At Build 2026 Microsoft announced MAI-Thinking-1, its first in-house reasoning model (a sparse MoE, ~35B active params, 256K context, private preview on Foundry), and MAI-Code-1-Flash, an efficient coding model rolling out inside GitHub Copilot. Both trained on commercially licensed data, both closed weights. You consume them as a hosted service, not a download.

June 3: Google's open Gemma 4 12B

A dense 12B decoder-only model that takes text, image, audio, and video with no separate encoder, under Apache 2.0. Runs on a 16 GB laptop. This is the one you can actually pull down and serve yourself.

The axis that matters for a desktop agent

Open vs closed decides whether you can self-host. But whether either kind helps your day depends on the agent loop you run it in: what tools it has, whether it can reach past the terminal, and whether it keeps your full context across a long session.

Where each kind surfaced

The open weight landed on Hugging Face and the developer blog; the closed pair landed in a Build keynote and a Copilot rollout. Same two-day window, two completely different distribution channels, which is exactly why no single list captures a date.

The one you can actually pull down: Gemma 4 12B

Gemma 4 12B is the release in this window that matters if you want to run something yourself. It is a single dense 12-billion-parameter decoder-only transformer that handles text, images, audio, and video natively, and the interesting design choice is that it drops the separate encoders most multimodal models carry. Per the June 3 launch coverage, vision and audio flow straight into the LLM backbone: a small 35M vision embedder does a single matrix multiplication per image patch, and raw 16 kHz audio is sliced into 40 ms frames and linearly projected into the same embedding space as text tokens. No 550M vision encoder, no 300M audio encoder bolted on the side.

0B
Dense parameters
0 GB
RAM to run locally
0M
Vision embedder
0 ms
Audio frame size

What the June 3 launch coverage actually claims

  • Open weights, publicly downloadable, Apache 2.0 license
  • Dense decoder-only, not a mixture-of-experts
  • Native text, image, audio, and video with no separate encoder
  • First mid-sized Gemma to take audio input
  • Runs on a 16 GB laptop (VRAM or unified memory)
  • Full benchmark tables were not in the initial launch materials

Specs per the June 3 release writeup and the Gemma developer guide.
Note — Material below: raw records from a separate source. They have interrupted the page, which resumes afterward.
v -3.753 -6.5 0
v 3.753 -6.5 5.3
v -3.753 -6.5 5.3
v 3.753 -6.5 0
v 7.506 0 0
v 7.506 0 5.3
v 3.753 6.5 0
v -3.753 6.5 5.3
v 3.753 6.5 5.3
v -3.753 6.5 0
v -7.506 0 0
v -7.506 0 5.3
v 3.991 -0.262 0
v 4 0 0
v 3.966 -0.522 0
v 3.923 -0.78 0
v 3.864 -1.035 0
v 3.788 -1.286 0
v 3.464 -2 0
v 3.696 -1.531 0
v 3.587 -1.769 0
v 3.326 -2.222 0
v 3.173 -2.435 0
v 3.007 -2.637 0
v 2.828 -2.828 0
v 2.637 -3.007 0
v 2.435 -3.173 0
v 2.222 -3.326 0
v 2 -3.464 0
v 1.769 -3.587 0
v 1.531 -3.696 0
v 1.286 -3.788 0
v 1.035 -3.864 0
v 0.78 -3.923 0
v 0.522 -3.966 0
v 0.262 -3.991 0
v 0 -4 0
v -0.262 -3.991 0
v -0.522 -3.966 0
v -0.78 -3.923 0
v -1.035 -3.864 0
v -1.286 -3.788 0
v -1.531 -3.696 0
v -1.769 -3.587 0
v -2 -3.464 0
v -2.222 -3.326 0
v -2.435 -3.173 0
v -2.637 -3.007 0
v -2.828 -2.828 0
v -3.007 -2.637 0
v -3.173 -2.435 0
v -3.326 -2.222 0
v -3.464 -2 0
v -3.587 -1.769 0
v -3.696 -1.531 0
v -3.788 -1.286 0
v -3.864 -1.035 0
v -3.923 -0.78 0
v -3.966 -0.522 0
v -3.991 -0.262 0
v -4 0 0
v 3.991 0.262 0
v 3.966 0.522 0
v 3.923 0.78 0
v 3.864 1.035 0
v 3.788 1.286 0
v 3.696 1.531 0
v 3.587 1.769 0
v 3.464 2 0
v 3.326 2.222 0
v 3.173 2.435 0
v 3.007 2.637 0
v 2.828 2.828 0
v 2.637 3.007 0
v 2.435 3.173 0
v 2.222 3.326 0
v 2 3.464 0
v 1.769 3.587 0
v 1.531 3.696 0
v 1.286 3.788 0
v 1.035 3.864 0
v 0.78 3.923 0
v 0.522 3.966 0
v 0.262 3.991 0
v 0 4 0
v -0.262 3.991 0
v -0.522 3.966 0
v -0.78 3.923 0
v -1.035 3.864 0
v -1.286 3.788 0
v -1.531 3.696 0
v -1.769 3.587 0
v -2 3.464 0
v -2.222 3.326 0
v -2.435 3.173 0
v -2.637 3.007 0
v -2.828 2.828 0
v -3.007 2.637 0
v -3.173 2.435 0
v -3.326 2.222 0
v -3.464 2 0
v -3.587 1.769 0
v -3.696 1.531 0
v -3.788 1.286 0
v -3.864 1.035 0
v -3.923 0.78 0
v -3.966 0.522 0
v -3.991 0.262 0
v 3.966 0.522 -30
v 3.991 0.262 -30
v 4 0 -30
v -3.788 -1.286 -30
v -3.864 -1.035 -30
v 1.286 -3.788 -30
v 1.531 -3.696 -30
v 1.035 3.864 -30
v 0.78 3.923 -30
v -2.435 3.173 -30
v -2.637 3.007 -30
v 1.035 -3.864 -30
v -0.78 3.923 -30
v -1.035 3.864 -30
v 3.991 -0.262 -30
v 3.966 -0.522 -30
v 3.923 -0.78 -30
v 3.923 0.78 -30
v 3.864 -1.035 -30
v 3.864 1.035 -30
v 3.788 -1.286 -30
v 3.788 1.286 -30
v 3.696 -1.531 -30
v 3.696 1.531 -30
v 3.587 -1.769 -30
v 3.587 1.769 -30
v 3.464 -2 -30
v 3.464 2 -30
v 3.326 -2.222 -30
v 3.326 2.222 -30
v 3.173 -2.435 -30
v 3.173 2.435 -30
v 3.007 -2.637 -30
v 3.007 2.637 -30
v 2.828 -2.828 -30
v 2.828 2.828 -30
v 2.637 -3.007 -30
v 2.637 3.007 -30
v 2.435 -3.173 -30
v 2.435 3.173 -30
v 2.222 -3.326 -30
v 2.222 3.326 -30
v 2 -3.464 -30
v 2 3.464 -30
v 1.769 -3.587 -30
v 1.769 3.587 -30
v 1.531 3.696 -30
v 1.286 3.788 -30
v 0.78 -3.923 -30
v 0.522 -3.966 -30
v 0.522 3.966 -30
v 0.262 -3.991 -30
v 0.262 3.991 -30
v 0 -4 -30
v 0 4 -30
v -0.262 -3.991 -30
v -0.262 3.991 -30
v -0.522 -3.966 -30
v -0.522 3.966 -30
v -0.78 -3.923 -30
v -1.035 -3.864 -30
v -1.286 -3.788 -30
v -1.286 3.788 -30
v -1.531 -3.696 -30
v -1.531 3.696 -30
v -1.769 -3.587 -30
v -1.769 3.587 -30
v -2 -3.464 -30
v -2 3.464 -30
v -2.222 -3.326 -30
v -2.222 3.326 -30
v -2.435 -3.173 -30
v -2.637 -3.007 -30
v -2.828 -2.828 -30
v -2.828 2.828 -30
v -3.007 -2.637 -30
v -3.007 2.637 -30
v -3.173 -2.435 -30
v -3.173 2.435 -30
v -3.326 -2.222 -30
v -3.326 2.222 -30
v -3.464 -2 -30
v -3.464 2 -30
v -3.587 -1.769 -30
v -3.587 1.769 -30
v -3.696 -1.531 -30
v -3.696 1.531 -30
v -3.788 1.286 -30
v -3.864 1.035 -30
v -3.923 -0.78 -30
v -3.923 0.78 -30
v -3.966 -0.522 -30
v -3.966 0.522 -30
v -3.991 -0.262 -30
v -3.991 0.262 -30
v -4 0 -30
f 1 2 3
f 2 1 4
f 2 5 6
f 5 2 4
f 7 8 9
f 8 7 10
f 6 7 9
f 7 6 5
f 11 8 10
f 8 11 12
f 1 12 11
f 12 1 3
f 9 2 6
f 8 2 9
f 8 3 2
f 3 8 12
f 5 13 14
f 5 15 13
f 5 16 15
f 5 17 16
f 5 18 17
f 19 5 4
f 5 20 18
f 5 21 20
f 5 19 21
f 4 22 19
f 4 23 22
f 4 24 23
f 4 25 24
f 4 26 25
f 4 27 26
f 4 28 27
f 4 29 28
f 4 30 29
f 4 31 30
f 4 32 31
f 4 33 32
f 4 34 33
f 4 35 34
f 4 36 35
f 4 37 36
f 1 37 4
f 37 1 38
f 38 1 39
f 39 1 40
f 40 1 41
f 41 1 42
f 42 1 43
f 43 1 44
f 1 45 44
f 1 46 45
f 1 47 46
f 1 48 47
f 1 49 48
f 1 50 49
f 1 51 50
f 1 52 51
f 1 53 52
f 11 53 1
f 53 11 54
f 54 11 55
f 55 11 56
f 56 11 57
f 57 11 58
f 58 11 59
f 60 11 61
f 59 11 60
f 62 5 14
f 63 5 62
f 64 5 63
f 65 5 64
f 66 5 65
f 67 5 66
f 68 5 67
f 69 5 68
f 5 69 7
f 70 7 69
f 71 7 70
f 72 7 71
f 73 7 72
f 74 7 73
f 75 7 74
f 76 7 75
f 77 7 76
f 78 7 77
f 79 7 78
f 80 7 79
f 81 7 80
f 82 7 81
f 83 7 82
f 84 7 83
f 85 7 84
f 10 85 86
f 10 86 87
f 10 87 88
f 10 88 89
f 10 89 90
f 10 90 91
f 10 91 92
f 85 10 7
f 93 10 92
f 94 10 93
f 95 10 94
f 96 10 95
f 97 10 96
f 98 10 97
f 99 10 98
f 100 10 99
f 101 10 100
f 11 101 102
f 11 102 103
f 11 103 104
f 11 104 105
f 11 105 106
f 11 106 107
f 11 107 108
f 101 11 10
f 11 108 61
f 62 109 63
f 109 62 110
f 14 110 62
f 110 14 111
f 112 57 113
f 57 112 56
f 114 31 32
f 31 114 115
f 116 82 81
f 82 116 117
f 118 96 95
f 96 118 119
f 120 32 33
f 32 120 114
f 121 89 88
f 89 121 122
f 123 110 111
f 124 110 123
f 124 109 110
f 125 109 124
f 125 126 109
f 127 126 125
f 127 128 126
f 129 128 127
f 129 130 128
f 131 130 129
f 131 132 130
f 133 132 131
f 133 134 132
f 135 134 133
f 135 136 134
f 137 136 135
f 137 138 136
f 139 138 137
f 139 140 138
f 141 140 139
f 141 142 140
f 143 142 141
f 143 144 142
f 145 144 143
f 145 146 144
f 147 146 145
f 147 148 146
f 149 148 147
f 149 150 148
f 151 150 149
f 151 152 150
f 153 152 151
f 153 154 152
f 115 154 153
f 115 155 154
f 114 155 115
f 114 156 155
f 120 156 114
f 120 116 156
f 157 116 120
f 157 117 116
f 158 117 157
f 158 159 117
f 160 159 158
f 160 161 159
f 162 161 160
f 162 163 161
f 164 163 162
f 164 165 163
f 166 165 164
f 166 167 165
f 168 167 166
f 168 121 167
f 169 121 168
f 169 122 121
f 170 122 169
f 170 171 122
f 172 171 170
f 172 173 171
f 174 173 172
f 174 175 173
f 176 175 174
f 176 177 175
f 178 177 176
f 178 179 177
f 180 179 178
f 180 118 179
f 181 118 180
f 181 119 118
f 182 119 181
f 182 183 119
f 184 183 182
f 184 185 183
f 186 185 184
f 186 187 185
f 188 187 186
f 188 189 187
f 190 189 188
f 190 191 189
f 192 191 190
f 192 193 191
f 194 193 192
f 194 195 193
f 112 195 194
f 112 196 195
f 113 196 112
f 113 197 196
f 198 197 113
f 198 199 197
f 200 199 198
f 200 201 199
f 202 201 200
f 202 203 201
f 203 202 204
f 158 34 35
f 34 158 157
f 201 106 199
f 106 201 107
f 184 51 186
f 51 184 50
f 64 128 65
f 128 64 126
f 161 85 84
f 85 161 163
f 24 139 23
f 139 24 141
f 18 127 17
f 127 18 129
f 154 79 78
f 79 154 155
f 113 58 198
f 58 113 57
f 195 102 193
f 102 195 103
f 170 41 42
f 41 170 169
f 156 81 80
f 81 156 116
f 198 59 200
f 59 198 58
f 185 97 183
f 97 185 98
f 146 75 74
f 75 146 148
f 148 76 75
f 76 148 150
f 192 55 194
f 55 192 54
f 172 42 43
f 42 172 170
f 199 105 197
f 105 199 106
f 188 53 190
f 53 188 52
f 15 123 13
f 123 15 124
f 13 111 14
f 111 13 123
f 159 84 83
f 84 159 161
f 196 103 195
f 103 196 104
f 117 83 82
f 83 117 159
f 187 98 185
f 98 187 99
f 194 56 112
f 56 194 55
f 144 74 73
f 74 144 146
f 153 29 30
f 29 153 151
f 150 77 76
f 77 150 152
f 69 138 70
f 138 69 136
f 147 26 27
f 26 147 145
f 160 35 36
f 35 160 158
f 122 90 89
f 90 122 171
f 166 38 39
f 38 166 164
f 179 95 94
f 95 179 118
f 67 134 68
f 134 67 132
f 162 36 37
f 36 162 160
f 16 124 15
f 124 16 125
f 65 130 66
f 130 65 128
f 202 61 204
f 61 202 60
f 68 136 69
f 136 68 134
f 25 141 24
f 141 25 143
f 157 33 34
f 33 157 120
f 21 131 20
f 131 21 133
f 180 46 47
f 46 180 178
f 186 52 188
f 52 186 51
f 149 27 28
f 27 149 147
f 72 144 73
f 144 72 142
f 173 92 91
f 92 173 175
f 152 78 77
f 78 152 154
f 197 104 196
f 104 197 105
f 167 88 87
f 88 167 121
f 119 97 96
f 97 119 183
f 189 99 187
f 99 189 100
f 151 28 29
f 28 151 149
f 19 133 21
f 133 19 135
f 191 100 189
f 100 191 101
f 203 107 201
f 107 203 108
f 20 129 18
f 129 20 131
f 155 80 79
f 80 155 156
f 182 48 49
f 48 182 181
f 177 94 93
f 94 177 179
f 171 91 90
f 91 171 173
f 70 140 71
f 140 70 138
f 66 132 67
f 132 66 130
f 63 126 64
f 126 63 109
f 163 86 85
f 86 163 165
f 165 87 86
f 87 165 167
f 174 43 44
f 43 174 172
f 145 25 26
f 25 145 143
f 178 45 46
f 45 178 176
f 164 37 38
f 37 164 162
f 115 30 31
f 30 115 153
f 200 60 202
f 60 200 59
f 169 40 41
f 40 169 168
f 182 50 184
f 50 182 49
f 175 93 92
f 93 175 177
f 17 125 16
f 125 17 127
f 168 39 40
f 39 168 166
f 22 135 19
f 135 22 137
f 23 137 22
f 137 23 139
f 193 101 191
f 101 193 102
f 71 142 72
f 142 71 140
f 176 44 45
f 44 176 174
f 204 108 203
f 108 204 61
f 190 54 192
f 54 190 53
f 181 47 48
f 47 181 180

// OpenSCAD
head_across_flats = 13;
head_height = 5.3;
shank_diameter = 8;
shank_length = 30;

union() {
    cylinder(
        d = head_across_flats / cos(30),
        h = head_height,
        center = false,
        $fn = 6
    );

    translate([0, 0, -shank_length])
        cylinder(
            d = shank_diameter,
            h = shank_length,
            center = false,
            $fn = 96
        );
}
Google reports it performs near the 26B mixture-of-experts model at under half the memory footprint, but did not publish the full tables on day one, so treat the headline comparison as a vendor claim until independent numbers land.

An encoder-free model reads pixels. On a Mac, that is the easy half.

Here is the part no release roundup connects. Gemma 4 12B can take an image of your screen and reason about it. That sounds like the whole game for a desktop agent, but it is only half. A raw screenshot tells a model what things look like; it does not reliably tell it which rectangle is a clickable button, what that button is labeled, or where to click so the click actually lands. Pixels are lossy about exactly the structure an agent needs to act. On macOS that structure already exists in the accessibility tree, and the harness that hands it to the model is what decides whether a multimodal release helps your day.

Verifiable in the source

In fazm the agent does not get one or the other; it gets both. In Desktop/Sources/Providers/ChatToolExecutor.swift there is a capture_screenshot tool (the executor dispatches it at executeCaptureScreenshot, gated on Screen Recording permission), and alongside it the same file wires an accessibility permission path that flips appState.hasAccessibilityPermission so the agent can act on real UI elements rather than guessing pixel coordinates off the screenshot. So the moment you test a model like Gemma 4 12B in fazm, it is being fed a real screen image and the accessibility structure under it.

That distinction is exactly why the model layer changing on June 3 does not automatically change your outcomes. A better vision model with a screenshot-only harness still flails on a click target it cannot localize. The same model with an accessibility-grounded harness can read the labeled element directly. The release gives you a sharper eye; the harness decides whether the hand can reach.

How to decide if a same-week release is worth keeping

A playground tells you almost nothing about whether a model is useful for your work. A model that looks sharp on a clean prompt can fall apart the moment it carries your real files, your constraints, and the dead ends you already ruled out. The only honest test is to put it behind the same agent loop, with the same tools and the same running context, on the surface you actually work on.

Two fazm properties make that test hold over the days it takes to form a real opinion. The agent loop reaches past the terminal: through macOS accessibility APIs and the screenshot tool above, it drives your actual browser, native Mac apps, and Google Workspace, so you evaluate a model on your full surface rather than a code-only sandbox. And fazm does not auto-compact; the full chat history stays live in context for the lifetime of the window, and sessions survive a Mac restart with every window auto-restored. A trial of a June 3 open weight can span a working week without the comparison quietly drifting because a harness silently dropped earlier turns. It is fully local and open source, so nothing about the screen or mic you feed a local model leaves your machine.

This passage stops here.